The digital image is fast becoming archaic & quaint

Joseph Nechvatal

Joseph Nechvatal: >> The digital image is fast becoming archaic & quaint.

Brad Brace: > What?! Just where is this happening? What is its successor?

Joseph Nechvatal:

The question of consciousness, the technology of consciousness, the transcendence of consciousness will be the themes of 21st century, not pictures. Fundamental to this evolution is the development of a telematic art in the cybersphere, and fundamental to that art are the experiments, concepts, dreams and audacity of artists working today with telecommunications systems and services. Questions of consciousness and the construction of reality are at the center of any discussion of the status, role and potential of art in the emerging cyberculture. The fundamental question is this: Can an art which is concerned, as western art has always been, with appearance, with the look of things, with surface reality, have any relevance in our systems-based culture in which apparition, emergence, transformation are seminal? Can representation co-exist with constructivism?

It is the overarching concern with appearance and with representation which has hitherto characterised western art and which has made it the servant of ideologies, of both church and state. It is its concern with appearance which has kept it in line with classical science, looking no further into things than their outward forms allow, making of the world a clockwork machine of parts whose movements are regulated by rigid determinism, and seeing (Wo)Man as little more than a material object.
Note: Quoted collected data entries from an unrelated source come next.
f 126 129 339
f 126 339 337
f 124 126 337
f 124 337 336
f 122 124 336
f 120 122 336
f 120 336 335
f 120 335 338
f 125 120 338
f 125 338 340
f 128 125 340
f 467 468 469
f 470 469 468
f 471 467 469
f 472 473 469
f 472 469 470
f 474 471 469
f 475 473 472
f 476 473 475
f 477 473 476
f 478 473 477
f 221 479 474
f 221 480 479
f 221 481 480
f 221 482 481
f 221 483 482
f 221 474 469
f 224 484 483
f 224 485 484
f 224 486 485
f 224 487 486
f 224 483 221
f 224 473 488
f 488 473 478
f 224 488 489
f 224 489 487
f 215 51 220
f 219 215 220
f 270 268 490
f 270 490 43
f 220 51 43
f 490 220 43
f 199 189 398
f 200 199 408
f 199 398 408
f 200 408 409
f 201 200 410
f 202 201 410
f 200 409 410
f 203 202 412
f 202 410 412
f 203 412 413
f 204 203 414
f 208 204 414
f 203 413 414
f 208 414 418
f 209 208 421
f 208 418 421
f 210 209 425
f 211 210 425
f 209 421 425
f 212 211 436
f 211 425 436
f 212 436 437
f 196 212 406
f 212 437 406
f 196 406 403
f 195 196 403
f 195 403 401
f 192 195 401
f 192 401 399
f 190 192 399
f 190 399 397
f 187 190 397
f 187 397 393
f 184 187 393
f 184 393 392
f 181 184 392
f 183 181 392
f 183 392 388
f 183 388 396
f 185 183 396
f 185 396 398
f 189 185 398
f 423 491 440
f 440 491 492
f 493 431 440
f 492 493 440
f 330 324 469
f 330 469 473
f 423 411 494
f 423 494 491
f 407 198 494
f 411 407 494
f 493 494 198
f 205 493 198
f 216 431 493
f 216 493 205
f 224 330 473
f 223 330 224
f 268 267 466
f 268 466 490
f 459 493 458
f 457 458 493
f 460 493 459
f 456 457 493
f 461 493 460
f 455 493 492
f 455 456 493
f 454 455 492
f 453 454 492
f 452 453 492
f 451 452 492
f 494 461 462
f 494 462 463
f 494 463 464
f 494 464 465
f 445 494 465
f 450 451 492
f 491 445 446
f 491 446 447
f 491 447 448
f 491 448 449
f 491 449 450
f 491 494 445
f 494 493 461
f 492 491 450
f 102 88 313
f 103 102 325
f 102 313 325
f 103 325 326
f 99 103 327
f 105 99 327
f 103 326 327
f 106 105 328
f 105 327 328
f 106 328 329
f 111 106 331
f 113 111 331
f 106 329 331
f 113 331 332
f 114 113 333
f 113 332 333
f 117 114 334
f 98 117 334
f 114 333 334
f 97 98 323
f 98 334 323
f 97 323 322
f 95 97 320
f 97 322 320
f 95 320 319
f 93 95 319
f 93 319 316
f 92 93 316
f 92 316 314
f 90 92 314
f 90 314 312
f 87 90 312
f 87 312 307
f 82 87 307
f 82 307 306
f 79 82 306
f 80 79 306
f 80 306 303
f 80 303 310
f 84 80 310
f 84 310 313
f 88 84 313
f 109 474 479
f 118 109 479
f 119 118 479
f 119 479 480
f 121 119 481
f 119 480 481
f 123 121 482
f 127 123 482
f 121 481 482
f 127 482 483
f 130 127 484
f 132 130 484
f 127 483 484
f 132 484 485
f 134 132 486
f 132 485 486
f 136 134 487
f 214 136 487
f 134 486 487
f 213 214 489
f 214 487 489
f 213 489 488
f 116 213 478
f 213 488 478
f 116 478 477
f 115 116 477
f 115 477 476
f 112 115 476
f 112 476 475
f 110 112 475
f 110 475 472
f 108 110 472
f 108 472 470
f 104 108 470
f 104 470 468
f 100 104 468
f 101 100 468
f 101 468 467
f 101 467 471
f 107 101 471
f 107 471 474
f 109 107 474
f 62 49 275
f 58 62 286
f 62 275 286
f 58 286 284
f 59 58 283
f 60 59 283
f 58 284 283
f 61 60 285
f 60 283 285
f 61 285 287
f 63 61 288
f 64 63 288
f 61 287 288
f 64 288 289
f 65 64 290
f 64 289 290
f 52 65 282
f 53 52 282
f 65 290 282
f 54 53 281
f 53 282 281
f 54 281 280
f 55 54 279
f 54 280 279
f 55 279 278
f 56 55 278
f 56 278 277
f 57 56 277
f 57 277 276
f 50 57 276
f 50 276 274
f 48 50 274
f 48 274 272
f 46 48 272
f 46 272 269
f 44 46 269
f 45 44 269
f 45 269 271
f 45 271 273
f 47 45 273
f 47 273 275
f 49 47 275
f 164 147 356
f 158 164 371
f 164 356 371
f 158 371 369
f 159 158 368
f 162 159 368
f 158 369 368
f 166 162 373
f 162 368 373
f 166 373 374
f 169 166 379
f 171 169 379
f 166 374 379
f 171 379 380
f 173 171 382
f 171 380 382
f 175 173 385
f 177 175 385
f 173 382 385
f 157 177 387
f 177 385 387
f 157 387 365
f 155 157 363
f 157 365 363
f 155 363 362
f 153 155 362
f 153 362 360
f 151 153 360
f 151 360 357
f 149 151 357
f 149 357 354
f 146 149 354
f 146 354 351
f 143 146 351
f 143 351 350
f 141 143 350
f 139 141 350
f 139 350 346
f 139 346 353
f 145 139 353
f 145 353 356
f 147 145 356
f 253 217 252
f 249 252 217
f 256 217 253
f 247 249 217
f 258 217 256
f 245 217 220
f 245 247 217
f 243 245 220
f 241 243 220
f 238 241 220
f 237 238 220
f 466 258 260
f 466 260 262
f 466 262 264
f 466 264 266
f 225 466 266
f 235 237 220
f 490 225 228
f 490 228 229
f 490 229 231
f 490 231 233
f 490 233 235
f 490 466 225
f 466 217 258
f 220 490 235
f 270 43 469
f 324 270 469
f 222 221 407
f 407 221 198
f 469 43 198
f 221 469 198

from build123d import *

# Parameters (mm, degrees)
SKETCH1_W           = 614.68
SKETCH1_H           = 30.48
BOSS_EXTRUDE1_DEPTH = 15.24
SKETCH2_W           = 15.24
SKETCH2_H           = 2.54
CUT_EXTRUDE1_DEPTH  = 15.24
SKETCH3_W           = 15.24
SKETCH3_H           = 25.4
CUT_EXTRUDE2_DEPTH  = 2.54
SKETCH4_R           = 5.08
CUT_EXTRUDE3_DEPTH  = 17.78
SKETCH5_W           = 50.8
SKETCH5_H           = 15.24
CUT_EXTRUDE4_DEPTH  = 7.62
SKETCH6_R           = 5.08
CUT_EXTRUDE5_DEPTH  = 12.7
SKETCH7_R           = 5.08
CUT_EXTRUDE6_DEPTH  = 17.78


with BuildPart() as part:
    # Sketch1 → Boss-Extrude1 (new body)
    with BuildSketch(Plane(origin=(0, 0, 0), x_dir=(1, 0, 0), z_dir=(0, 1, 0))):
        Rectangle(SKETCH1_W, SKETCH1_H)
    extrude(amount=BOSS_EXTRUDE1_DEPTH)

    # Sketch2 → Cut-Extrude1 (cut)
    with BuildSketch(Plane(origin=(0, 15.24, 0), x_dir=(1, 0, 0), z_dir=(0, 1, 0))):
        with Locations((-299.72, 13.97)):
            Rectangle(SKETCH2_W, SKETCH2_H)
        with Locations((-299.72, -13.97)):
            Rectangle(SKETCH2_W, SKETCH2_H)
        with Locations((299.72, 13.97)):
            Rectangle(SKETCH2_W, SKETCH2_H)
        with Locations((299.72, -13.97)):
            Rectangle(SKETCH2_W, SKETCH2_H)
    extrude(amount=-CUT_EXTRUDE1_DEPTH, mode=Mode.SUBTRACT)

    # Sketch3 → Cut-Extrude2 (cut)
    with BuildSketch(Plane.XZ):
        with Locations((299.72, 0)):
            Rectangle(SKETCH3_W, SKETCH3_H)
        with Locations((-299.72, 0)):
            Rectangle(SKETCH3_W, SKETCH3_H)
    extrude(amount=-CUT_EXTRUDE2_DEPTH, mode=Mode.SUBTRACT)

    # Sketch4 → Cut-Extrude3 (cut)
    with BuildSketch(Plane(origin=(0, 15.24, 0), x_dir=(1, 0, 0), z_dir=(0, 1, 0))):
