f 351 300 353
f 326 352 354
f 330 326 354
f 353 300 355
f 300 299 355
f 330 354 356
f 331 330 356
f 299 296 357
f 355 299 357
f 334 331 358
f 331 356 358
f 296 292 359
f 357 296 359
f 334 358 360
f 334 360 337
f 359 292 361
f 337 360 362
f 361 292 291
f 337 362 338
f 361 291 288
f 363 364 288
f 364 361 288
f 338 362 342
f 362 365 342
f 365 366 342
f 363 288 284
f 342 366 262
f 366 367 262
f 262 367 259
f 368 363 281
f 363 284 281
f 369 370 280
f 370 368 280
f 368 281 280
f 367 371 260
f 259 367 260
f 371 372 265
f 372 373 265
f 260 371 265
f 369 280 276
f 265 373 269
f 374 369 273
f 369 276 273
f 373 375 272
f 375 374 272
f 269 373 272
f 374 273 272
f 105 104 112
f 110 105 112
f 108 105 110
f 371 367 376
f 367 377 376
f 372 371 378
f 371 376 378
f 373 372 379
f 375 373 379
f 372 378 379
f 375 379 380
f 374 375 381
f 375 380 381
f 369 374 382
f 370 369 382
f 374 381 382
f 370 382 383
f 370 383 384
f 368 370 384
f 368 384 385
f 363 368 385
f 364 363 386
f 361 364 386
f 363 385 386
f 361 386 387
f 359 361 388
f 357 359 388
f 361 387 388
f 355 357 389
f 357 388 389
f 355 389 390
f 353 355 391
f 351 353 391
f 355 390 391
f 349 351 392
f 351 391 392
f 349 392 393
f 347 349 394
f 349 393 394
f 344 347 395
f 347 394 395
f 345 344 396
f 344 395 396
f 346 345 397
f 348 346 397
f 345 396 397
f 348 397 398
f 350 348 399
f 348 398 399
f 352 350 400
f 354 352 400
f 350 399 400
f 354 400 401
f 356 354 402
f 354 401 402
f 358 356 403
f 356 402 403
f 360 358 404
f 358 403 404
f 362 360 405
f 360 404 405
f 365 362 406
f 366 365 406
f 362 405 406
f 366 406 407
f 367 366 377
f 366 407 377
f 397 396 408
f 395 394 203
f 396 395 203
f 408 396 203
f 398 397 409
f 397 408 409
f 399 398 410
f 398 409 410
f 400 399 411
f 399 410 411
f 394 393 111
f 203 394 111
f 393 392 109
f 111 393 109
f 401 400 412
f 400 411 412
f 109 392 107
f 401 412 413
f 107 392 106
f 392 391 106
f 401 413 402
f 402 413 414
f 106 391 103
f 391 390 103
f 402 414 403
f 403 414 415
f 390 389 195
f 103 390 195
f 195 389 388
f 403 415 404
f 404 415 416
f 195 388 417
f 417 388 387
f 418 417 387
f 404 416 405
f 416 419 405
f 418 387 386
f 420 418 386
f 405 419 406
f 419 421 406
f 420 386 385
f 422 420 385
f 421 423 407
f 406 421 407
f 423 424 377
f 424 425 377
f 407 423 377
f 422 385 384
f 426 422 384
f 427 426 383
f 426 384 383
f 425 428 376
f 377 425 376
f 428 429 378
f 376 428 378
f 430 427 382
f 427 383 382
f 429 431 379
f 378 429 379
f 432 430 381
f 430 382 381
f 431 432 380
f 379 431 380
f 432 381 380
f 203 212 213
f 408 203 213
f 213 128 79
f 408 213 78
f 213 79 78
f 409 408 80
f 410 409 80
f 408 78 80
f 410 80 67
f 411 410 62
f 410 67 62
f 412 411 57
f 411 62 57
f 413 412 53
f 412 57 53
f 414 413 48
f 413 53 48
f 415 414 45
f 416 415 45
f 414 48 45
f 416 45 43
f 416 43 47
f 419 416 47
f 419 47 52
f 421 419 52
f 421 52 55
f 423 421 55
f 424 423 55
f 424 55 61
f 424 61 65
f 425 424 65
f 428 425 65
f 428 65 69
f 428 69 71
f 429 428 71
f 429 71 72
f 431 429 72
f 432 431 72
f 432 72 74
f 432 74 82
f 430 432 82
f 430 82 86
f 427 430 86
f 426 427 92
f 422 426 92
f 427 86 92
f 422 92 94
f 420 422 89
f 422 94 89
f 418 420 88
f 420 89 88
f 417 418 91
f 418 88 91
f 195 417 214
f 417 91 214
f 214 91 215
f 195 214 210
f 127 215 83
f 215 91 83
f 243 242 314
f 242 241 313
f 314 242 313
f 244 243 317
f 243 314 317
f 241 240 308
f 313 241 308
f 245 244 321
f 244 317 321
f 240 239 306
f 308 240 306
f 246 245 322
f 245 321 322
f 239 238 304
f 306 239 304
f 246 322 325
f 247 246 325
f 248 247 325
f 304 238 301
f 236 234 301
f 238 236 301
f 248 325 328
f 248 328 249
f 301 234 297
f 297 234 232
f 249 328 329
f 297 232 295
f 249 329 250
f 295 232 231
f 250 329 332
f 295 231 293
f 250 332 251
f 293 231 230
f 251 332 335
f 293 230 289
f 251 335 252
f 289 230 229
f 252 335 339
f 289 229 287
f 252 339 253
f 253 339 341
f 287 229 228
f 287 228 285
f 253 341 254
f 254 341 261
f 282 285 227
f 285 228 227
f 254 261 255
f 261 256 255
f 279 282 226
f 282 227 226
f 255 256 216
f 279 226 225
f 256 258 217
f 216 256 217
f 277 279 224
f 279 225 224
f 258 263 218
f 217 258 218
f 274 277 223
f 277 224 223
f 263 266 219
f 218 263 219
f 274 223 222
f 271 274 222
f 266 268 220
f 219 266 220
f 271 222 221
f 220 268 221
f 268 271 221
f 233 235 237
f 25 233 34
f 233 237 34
It is the art of pictorial appearance which is purveyed in boutiques, galleries, museums and on the pages of art magazines. It is International Art. And it is dying. It is dying because it is no longer relevant to a culture which is progressively concerned with the complexity of relationships and subtlety of systems, with the invisible and immaterial, the evolutive and the evanescent, in short, with apparition. Questions of representation no longer interest me Brad. I find no value in representation, just as I find no value in political ideologies.

The telecommunications of cyberspace, on the other hand, offer the contemporary artist the means of interaction (both hir own and that of the viewing subject) with dynamic systems, with creativity-in-process, with the emergent properties of an art of transformation, growth and change. It is for this reason also that the narratives and technology of artificial life are so important to me at this time. Cyberspace is the space of apparition, in which the virtual and real not only co-exist, but co-evolve in a cultural complexity .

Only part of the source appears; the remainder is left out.